But if one simply doesn't overcharge any cell, then a BMS is completely unnecessary.

Now cell monitoring is another matter. However there are cell monitors/alarms for batteries up to 8S via the balance plug that are less than $5 USD each. They are all over EBay.


> If you don't want to spend $$$$ on a fancy-antsy super-duper battery charger .. Lead is fine.


A complex charger isn't required. Lithium can be bulk charged. Also balance charging can be done one cell at a time. The money comes into play to replace manual simplicity with automation.


> If you are new to EVs and overwhelmed by all the high-tech stuff you need to learn .. Lead is fine.


Somehow you seem to be intimating that there is some inherent simplicity with lead acid that doesn't exist with lithium. With both chemistries the rules are exactly the same:

1. Don't overcharge
2. Don't overdischarge
3. Use monitors, cutoffs and alarms to make sure 1 and 2 are enforced.


> If you are planing on eventually up grading to Lithium and moving the Lead to your solar and\or wind battery bank .. Lead is fine.

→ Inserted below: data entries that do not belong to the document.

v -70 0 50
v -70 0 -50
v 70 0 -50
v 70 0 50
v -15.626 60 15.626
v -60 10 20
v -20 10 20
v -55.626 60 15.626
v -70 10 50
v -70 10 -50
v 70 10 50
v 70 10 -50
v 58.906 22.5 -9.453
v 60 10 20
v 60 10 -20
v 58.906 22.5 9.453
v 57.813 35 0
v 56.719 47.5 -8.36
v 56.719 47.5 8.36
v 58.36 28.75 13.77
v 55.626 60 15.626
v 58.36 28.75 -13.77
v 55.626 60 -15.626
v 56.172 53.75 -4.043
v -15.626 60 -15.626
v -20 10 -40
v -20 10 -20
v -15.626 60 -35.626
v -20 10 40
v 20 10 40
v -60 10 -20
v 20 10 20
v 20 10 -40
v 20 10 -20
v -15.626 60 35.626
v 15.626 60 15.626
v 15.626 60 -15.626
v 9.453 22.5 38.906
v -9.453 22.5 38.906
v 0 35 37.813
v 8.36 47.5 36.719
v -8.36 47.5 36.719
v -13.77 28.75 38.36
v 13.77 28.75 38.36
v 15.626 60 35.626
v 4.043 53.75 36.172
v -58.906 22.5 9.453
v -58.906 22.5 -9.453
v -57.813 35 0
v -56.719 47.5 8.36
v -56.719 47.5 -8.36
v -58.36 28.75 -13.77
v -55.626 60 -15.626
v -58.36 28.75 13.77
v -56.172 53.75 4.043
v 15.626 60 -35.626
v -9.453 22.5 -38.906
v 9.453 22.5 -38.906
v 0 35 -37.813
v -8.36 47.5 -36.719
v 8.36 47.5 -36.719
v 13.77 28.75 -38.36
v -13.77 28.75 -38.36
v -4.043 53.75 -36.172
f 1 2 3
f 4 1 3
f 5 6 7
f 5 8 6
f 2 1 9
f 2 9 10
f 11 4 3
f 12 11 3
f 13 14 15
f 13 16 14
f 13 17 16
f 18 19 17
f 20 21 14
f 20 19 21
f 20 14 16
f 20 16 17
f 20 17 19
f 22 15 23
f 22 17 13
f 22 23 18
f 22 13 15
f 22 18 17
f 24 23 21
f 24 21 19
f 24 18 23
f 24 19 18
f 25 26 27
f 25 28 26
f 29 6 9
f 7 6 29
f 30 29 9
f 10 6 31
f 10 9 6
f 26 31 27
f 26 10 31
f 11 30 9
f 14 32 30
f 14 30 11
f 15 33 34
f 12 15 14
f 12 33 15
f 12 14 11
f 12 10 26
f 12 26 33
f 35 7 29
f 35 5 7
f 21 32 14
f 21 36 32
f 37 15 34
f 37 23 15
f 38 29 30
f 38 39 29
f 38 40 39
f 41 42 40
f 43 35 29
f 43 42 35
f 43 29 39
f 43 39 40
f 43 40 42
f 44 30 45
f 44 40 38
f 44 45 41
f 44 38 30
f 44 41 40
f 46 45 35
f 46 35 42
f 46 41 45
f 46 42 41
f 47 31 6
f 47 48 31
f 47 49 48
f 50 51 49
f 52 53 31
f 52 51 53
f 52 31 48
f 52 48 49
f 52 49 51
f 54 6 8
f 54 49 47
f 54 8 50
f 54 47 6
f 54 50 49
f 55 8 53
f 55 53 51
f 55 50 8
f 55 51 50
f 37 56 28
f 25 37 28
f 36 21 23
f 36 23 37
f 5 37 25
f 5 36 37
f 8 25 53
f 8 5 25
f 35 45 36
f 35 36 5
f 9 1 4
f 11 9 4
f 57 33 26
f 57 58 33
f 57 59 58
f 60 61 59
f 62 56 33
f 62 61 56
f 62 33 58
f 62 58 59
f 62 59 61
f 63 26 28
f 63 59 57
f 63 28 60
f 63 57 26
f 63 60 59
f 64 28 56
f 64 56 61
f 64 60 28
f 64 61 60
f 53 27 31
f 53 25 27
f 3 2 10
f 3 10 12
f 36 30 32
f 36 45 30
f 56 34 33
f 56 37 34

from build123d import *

# Parameters (mm, degrees)
SKETCH_1_W      = 140
SKETCH_1_H      = 100
EXTRUDE_1_DEPTH = 10
EXTRUDE_2_DEPTH = 50
EXTRUDE_2_TAPER = 5


with BuildPart() as part:
    # 스케치1 → 보스-돌출1 (new body)
    with BuildSketch(Plane(origin=(0, 0, 0), x_dir=(1, 0, 0), z_dir=(0, 1, 0))):
        Rectangle(SKETCH_1_W, SKETCH_1_H)
    extrude(amount=EXTRUDE_1_DEPTH)

    # 스케치2 → 보스-돌출2 (add)
    with BuildSketch(Plane(origin=(0, 10, 0), x_dir=(1, 0, 0), z_dir=(0, 1, 0))):
        Polygon((20, 20), (20, 40), (-20, 40), (-20, 20), (-60, 20), (-60, -20), (-20, -20), (-20, -40), (20, -40), (20, -20), (60, -20), (60, 20), align=None)
    extrude(amount=EXTRUDE_2_DEPTH, taper=EXTRUDE_2_TAPER)


solid = part.part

You fail to mention the downsides of lead:

1. Lead is heavy
2. Lead has much lower power density
3. Lead has much lower power cycle life.
4. Peukert effect severely affects availabloe capacity
5. Lead no longer has the big cost advantage it once carried. 

ga2500ev


----------



## dh1 (Dec 21, 2015)

In a garden tractor such as the GE Elec-Trak's the added weight of the lead acid batteries is a benefit to the tractor as it increases traction, pulling power and the use of the tractor.
This is probably the only case where this happens.


----------



## Matej (Dec 4, 2015)

dh1 said:


> In a garden tractor such as the GE Elec-Trak's the added weight of the lead acid batteries is a benefit to the tractor as it increases traction, pulling power and the use of the tractor.


But you can use an equal weight worth of lithium batteries and have a much more powerful tractor.


----------



## Yabert (Feb 7, 2010)

dh1 said:


> In a garden tractor such as the GE Elec-Trak's the added weight of the lead acid batteries is a benefit to the tractor as it increases traction, pulling power and the use of the tractor.
> This is probably the only case where this happens.

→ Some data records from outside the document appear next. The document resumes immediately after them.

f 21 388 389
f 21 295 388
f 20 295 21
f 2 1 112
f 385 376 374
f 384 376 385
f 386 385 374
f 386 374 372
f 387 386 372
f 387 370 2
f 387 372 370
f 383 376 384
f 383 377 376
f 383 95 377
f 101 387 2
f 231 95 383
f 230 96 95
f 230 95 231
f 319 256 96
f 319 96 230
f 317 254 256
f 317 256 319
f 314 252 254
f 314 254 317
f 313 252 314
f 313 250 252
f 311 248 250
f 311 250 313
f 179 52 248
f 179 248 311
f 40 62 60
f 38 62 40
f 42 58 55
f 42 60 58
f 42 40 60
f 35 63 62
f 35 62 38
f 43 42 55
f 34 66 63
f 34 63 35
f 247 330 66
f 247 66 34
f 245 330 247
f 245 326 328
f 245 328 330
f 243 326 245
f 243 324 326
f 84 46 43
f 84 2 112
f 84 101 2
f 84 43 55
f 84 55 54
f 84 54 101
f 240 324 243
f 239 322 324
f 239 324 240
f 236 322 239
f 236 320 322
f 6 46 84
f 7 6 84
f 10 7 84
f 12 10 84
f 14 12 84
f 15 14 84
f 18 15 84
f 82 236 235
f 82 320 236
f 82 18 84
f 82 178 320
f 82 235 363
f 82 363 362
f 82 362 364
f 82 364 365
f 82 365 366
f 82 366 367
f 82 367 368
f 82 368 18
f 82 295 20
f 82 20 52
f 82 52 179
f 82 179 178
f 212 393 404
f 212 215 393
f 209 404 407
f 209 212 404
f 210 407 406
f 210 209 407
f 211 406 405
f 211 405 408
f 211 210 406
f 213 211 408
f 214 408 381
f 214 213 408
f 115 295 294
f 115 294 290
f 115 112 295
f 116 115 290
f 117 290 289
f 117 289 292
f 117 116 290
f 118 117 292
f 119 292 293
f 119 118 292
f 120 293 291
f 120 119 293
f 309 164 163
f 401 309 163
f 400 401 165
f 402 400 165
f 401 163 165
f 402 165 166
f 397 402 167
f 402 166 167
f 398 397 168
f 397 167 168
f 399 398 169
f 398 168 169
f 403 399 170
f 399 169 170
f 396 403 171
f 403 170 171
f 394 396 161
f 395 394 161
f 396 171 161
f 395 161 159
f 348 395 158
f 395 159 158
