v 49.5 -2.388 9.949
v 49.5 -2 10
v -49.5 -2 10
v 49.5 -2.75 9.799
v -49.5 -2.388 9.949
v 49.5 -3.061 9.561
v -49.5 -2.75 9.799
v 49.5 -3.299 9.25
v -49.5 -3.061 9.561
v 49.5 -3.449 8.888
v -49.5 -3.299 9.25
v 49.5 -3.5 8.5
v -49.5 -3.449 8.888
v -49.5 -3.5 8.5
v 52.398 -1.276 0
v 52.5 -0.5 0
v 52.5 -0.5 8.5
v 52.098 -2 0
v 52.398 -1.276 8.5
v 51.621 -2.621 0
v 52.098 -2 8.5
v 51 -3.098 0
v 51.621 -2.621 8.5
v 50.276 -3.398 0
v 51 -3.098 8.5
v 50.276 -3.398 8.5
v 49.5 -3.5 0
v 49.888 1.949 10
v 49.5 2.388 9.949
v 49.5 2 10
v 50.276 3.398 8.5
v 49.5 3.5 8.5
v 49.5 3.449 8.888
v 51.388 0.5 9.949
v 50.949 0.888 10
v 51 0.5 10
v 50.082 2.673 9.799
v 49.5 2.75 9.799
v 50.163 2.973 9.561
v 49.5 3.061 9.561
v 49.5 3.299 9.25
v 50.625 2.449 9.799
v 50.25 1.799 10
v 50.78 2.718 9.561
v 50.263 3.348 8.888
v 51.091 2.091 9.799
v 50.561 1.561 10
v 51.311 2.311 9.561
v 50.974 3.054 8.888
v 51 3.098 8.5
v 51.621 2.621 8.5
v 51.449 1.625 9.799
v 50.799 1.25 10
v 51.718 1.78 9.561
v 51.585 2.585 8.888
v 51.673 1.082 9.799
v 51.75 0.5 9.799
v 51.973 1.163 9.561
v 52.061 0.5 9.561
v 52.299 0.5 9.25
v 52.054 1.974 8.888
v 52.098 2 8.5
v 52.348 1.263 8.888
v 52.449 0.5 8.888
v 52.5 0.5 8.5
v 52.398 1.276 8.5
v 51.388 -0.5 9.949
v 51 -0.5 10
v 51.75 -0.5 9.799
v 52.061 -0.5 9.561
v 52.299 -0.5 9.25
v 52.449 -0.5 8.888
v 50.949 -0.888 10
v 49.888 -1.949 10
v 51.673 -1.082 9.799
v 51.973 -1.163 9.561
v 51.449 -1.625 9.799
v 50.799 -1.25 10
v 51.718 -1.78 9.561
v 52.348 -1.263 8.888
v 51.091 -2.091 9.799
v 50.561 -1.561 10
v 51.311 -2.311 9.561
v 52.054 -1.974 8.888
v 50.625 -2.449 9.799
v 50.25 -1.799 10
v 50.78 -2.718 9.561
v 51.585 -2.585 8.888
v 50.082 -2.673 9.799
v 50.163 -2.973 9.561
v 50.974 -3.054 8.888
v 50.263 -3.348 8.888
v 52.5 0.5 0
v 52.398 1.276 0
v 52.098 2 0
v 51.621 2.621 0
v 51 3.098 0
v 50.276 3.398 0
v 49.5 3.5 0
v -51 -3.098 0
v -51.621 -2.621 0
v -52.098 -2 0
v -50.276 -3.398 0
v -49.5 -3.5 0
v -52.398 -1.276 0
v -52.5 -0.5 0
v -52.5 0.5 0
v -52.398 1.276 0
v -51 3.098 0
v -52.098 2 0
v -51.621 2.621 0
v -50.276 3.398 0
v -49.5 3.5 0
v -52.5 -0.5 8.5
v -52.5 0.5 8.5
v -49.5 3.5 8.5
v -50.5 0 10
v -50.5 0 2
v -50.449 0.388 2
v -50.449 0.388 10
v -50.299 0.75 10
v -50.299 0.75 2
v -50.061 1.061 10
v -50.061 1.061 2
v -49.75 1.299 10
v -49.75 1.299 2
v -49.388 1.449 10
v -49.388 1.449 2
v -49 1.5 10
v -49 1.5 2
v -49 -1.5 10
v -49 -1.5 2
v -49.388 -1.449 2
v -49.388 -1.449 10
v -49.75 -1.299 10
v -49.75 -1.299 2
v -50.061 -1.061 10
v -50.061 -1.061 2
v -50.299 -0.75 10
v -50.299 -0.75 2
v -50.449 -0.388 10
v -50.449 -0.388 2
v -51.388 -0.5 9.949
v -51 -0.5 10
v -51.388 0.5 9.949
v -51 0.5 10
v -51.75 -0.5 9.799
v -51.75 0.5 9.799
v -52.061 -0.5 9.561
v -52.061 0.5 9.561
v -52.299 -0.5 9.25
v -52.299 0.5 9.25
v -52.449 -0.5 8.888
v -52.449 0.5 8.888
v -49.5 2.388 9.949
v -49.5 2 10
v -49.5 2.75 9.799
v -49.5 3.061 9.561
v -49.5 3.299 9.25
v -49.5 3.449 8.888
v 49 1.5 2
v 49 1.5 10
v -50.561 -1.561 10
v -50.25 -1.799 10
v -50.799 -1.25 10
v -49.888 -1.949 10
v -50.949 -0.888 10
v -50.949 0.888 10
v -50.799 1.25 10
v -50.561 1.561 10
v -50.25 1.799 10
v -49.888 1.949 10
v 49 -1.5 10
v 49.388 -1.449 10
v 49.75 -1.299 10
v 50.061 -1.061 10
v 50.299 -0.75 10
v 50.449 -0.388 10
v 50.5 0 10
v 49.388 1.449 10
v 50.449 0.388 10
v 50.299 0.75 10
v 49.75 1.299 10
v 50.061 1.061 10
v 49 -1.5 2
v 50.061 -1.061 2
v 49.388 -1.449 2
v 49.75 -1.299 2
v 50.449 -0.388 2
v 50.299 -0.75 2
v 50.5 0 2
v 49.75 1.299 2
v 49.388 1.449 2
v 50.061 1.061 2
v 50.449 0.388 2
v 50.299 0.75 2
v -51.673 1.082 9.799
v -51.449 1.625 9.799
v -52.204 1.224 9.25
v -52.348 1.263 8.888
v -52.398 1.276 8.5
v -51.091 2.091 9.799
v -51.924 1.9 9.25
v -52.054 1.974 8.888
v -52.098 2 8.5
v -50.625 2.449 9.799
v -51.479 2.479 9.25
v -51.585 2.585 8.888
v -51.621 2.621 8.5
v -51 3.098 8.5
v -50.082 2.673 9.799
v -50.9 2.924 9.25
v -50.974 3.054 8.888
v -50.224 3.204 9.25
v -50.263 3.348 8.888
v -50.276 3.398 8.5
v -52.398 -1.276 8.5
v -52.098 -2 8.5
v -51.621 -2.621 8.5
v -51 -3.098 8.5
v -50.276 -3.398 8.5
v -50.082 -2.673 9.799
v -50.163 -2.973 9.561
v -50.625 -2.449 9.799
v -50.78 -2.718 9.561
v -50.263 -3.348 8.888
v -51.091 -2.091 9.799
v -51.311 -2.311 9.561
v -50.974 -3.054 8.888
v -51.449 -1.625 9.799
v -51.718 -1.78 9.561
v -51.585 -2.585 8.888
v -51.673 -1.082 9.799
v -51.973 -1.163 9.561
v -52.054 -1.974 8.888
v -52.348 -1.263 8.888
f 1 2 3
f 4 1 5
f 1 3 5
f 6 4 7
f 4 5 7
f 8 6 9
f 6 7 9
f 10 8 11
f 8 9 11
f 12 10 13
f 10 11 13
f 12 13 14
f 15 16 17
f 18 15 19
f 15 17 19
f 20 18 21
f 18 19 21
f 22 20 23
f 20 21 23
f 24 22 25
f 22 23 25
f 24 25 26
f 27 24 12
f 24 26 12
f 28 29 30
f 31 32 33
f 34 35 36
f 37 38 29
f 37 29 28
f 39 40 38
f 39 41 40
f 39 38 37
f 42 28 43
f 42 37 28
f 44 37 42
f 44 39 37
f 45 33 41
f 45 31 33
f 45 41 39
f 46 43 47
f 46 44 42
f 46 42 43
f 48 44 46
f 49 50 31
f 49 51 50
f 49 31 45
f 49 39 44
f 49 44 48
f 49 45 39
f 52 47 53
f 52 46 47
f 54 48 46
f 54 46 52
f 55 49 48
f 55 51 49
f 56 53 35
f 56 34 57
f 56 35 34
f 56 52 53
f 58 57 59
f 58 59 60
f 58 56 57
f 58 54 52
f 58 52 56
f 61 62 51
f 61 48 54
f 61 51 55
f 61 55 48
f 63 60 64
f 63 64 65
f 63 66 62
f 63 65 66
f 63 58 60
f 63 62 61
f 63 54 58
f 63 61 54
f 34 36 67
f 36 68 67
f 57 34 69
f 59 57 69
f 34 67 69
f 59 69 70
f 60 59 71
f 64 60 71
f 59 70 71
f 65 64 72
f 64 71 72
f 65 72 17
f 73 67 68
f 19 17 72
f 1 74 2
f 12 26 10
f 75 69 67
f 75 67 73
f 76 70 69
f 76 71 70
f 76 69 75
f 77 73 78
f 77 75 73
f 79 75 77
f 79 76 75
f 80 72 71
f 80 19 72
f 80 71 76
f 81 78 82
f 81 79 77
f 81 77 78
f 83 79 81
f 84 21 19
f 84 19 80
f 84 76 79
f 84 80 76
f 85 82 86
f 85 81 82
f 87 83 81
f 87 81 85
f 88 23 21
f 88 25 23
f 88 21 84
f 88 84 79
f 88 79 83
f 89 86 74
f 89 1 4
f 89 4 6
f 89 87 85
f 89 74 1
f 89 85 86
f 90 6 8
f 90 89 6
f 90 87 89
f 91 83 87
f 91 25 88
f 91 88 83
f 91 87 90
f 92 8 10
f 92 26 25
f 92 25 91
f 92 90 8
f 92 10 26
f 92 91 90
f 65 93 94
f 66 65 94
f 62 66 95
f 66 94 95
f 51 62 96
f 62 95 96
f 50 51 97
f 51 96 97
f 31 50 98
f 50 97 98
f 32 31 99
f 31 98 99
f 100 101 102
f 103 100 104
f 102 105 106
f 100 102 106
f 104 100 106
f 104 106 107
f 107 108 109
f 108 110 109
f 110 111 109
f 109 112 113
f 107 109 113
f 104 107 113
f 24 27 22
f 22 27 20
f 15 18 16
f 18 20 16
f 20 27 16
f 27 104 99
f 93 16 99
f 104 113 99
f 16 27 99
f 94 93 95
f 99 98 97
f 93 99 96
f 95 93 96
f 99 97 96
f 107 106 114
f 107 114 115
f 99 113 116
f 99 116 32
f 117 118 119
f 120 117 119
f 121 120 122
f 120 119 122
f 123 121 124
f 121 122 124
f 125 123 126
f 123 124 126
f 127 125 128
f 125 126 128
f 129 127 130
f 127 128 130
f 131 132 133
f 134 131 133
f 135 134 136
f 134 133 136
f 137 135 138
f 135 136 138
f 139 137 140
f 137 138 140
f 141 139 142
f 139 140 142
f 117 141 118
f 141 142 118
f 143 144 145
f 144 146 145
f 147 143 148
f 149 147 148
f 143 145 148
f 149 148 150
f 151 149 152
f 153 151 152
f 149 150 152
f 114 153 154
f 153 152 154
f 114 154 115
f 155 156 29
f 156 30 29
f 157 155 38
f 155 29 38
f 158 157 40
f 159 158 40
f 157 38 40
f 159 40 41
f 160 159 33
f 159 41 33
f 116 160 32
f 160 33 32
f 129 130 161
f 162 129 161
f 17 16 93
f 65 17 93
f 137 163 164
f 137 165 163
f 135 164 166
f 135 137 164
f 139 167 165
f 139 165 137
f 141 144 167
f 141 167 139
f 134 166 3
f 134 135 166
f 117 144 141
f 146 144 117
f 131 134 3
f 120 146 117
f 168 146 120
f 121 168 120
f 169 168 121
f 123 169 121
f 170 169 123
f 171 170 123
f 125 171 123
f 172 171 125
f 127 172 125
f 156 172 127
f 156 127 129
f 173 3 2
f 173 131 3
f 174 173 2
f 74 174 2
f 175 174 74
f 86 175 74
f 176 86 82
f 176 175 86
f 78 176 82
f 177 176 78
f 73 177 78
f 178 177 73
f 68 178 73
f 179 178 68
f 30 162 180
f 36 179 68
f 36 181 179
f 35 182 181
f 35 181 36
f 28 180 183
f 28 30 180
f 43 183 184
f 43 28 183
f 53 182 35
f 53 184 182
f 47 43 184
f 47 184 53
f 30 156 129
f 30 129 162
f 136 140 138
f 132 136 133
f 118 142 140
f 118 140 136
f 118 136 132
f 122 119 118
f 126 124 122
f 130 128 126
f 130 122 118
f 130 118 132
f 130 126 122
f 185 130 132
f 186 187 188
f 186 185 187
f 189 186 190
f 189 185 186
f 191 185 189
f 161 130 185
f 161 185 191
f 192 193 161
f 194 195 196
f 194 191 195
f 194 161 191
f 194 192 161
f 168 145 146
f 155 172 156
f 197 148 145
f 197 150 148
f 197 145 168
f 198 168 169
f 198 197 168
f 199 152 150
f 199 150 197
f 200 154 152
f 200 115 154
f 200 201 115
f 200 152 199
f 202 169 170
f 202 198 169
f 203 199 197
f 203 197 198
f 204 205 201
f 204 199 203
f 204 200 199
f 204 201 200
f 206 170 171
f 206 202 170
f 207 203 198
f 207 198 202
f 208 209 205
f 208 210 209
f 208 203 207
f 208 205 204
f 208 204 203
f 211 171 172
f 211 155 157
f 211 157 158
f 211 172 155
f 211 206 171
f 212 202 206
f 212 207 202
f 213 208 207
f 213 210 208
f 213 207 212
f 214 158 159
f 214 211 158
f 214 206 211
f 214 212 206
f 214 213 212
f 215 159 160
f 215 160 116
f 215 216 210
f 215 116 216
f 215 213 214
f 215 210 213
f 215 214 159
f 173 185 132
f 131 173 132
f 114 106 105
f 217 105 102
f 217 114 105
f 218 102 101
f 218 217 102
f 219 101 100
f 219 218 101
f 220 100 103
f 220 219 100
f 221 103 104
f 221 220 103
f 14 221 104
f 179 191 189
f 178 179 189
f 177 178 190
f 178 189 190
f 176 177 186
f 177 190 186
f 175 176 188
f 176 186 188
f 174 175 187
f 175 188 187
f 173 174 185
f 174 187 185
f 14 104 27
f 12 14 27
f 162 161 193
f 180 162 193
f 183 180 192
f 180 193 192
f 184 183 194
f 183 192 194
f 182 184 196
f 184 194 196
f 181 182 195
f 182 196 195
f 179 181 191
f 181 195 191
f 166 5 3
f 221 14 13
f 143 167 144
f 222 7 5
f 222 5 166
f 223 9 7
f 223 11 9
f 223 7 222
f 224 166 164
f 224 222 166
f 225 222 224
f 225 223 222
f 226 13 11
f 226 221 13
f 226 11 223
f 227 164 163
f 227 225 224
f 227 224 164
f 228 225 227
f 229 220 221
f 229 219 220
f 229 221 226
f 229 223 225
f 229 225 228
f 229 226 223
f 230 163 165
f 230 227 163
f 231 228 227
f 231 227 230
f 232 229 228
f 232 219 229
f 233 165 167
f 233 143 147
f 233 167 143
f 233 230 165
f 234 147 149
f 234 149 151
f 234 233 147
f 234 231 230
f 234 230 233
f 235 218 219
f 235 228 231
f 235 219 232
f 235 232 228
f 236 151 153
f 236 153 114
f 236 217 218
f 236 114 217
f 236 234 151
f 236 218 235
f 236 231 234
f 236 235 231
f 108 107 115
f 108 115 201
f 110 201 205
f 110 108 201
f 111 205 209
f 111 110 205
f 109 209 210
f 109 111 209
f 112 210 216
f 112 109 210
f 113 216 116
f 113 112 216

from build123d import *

# Parameters (mm, degrees)
F0_W     = 105
F0_H     = 7
F1_DEPTH = 2
F2_DEPTH = 10
F3_R     = 3
F4_R     = 1.5


with BuildPart() as f1:
    # F0 (on Top) → F1 (new body)
    with BuildSketch(Plane.XY):
        Rectangle(F0_W, F0_H)
        with BuildLine():
            ThreePointArc((-50.5, 0), (-50.0606601718, 1.0606601718), (-49, 1.5))
            Line((-49, 1.5), (49, 1.5))
            ThreePointArc((49, 1.5), (50.0606601718, 1.0606601718), (50.5, 0))
            ThreePointArc((50.5, 0), (50.0606601718, -1.0606601718), (49, -1.5))
            Line((49, -1.5), (-49, -1.5))
            ThreePointArc((-49, -1.5), (-50.0606601718, -1.0606601718), (-50.5, 0))
        make_face(mode=Mode.SUBTRACT)
        with BuildLine():
            Line((49, 1.5), (-49, 1.5))
            ThreePointArc((-49, 1.5), (-50.0606601718, 1.0606601718), (-50.5, 0))
            ThreePointArc((-50.5, 0), (-50.0606601718, -1.0606601718), (-49, -1.5))
            Line((-49, -1.5), (49, -1.5))
            ThreePointArc((49, -1.5), (50.0606601718, -1.0606601718), (50.5, 0))
            ThreePointArc((50.5, 0), (50.0606601718, 1.0606601718), (49, 1.5))
        make_face()
    extrude(amount=F1_DEPTH)

    # F0 (on Top) → F2 (join)
    with BuildSketch(Plane.XY):
        Rectangle(F0_W, F0_H)
        with BuildLine():
            ThreePointArc((-50.5, 0), (-50.0606601718, 1.0606601718), (-49, 1.5))
            Line((-49, 1.5), (49, 1.5))
            ThreePointArc((49, 1.5), (50.0606601718, 1.0606601718), (50.5, 0))
            ThreePointArc((50.5, 0), (50.0606601718, -1.0606601718), (49, -1.5))
            Line((49, -1.5), (-49, -1.5))
            ThreePointArc((-49, -1.5), (-50.0606601718, -1.0606601718), (-50.5, 0))
        make_face(mode=Mode.SUBTRACT)
    extrude(amount=F2_DEPTH)

    # F3
    f3_edges = [f1.edges().sort_by_distance(p)[0] for p in [
        (-52.5, -3.5, 5),
        (52.5, -3.5, 5),
        (52.5, 3.5, 5),
        (-52.5, 3.5, 5),
    ]]
    fillet(f3_edges, radius=F3_R)

    # F4
    f4_edges = [f1.edges().sort_by_distance(p)[0] for p in [
        (0, 3.5, 10),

Even in this case, you are better to use high quality recycle lithium battery (Leaf, Volt, Tesla) and build an heavy steel battery box


----------



## dcb (Dec 5, 2009)

I wound up using leaf modules on my elec-trac, works just fine for my purposes (mowing, pulling a trailer a bit, it had no problem dragging very large chunks of brush to the curb either). Lead would have been close to $1000 and only last a few seasons, whereas the 15 leaf modules were ~$1500 without trying too hard (and 15 modules is overkill, [email protected]).

It helped that I had them sitting around though, was sorely tempted to use lead till I remembered I had them and the project they were for was a long way from completion. Even 10 modules will get you [email protected] I'm gonna give 5 modules a go when I re-purpose 10 for a bike (which would be far cheaper than the recommended lead batteries).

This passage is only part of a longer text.